To me, trying to hit the ball means being just going out there and trying your best. Realizing some of the balls might whiz past you, some of them might even hit you... but some of them, you will hit... and some, you might even knock right out of the park!
So today, when I went to work, I tried on a whole new attitude. I was really nervous and anxious ahead of time, but I just thought, "I am going to face this. I might be anxious, but I can deal with it. Whatever happens, I'll survive it."
And I actually had a really good day! I only had to work four hours, but it was as a teacher and not as an assistant, so I made as much as I would have made in a full day as an assistant! I worked as a Title I teacher. That means I pretty much worked with small groups of kids, for half an hour at a time. Even though some people warned me that the Portland suburb I was going to was a rough one that I should try to avoid, it turned out to be a pretty nice school, and the kids (even though they were "regular education" kids, because Title I works with children who are just behind in their skills but are not particularly eligible for special ed) were very nice and respectful and fairly well-behaved.
The teacher I was subbing for was actually there part of the time, because her meeting got cancelled, so she sort of observed (not on purpose... just as she was passing through the room) me working with a reading group of 4th graders. They were talkative and had trouble focusing and sitting still, like 9 and 10 year olds can be, but I think I did an okay job at managing them and getting them to practice reading. Later, the teacher said she thought I did a great job with them, and asked if I'd be willing to sub for her again!
I decided to take a swing, and I hit the ball!
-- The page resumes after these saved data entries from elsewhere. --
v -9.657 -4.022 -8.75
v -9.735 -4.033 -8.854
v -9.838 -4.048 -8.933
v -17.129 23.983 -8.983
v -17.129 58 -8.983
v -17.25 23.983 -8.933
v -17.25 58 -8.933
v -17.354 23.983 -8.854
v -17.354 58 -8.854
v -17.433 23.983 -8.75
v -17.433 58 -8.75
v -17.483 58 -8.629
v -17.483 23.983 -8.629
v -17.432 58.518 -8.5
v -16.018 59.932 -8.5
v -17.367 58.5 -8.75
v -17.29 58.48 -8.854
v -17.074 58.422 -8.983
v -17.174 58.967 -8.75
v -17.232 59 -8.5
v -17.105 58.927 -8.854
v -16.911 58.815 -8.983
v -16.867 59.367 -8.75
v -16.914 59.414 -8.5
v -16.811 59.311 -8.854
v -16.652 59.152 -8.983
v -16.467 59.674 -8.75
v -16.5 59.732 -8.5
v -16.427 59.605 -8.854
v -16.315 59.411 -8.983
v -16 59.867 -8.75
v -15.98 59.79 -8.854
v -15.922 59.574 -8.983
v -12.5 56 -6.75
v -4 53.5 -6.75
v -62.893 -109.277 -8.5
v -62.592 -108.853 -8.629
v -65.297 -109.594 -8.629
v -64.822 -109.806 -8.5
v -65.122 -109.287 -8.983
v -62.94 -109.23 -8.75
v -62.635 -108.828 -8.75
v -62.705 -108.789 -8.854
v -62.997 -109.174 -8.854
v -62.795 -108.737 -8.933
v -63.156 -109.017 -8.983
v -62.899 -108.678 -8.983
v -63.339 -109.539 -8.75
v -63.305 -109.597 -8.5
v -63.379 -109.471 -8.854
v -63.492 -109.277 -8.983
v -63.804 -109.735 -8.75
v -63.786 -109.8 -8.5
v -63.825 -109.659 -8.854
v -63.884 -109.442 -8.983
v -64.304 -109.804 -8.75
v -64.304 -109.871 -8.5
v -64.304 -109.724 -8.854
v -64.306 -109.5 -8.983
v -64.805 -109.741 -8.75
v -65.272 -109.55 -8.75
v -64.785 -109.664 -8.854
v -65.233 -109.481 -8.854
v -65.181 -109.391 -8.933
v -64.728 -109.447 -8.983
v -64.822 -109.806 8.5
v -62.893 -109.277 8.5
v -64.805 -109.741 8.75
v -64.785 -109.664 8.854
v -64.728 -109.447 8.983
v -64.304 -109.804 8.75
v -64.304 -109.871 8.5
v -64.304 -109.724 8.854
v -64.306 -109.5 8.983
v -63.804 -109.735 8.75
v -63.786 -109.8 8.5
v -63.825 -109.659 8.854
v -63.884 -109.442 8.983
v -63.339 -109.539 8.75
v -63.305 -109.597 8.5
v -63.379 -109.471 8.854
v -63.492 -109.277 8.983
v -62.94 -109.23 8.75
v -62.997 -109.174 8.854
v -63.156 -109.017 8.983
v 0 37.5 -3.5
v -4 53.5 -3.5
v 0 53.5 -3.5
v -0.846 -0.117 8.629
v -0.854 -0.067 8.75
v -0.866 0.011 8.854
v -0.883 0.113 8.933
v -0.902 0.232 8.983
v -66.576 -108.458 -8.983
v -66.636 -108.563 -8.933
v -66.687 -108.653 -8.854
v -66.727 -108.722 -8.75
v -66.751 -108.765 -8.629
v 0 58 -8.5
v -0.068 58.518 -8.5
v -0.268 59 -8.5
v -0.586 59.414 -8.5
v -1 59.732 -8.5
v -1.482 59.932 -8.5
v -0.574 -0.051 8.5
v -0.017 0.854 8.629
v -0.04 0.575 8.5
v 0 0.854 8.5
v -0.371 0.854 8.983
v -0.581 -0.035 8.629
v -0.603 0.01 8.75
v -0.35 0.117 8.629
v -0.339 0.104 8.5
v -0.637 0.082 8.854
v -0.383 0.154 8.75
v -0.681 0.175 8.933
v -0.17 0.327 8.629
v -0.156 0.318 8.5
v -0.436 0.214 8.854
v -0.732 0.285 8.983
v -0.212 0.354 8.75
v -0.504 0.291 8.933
I am definitely not saying that my anxiety is cured now. I am still anxious. I'm just saying that this has helped me be more open to facing things in spite of my anxiety. And I just accepted a job for the rest of the week (as an assistant... always a gamble to decide whether to take an assistant job or hold out for a teaching job, but I decided to just go with it) and although I am going to be nervous, just knowing that I am going to "take a swing" makes me feel a lot better!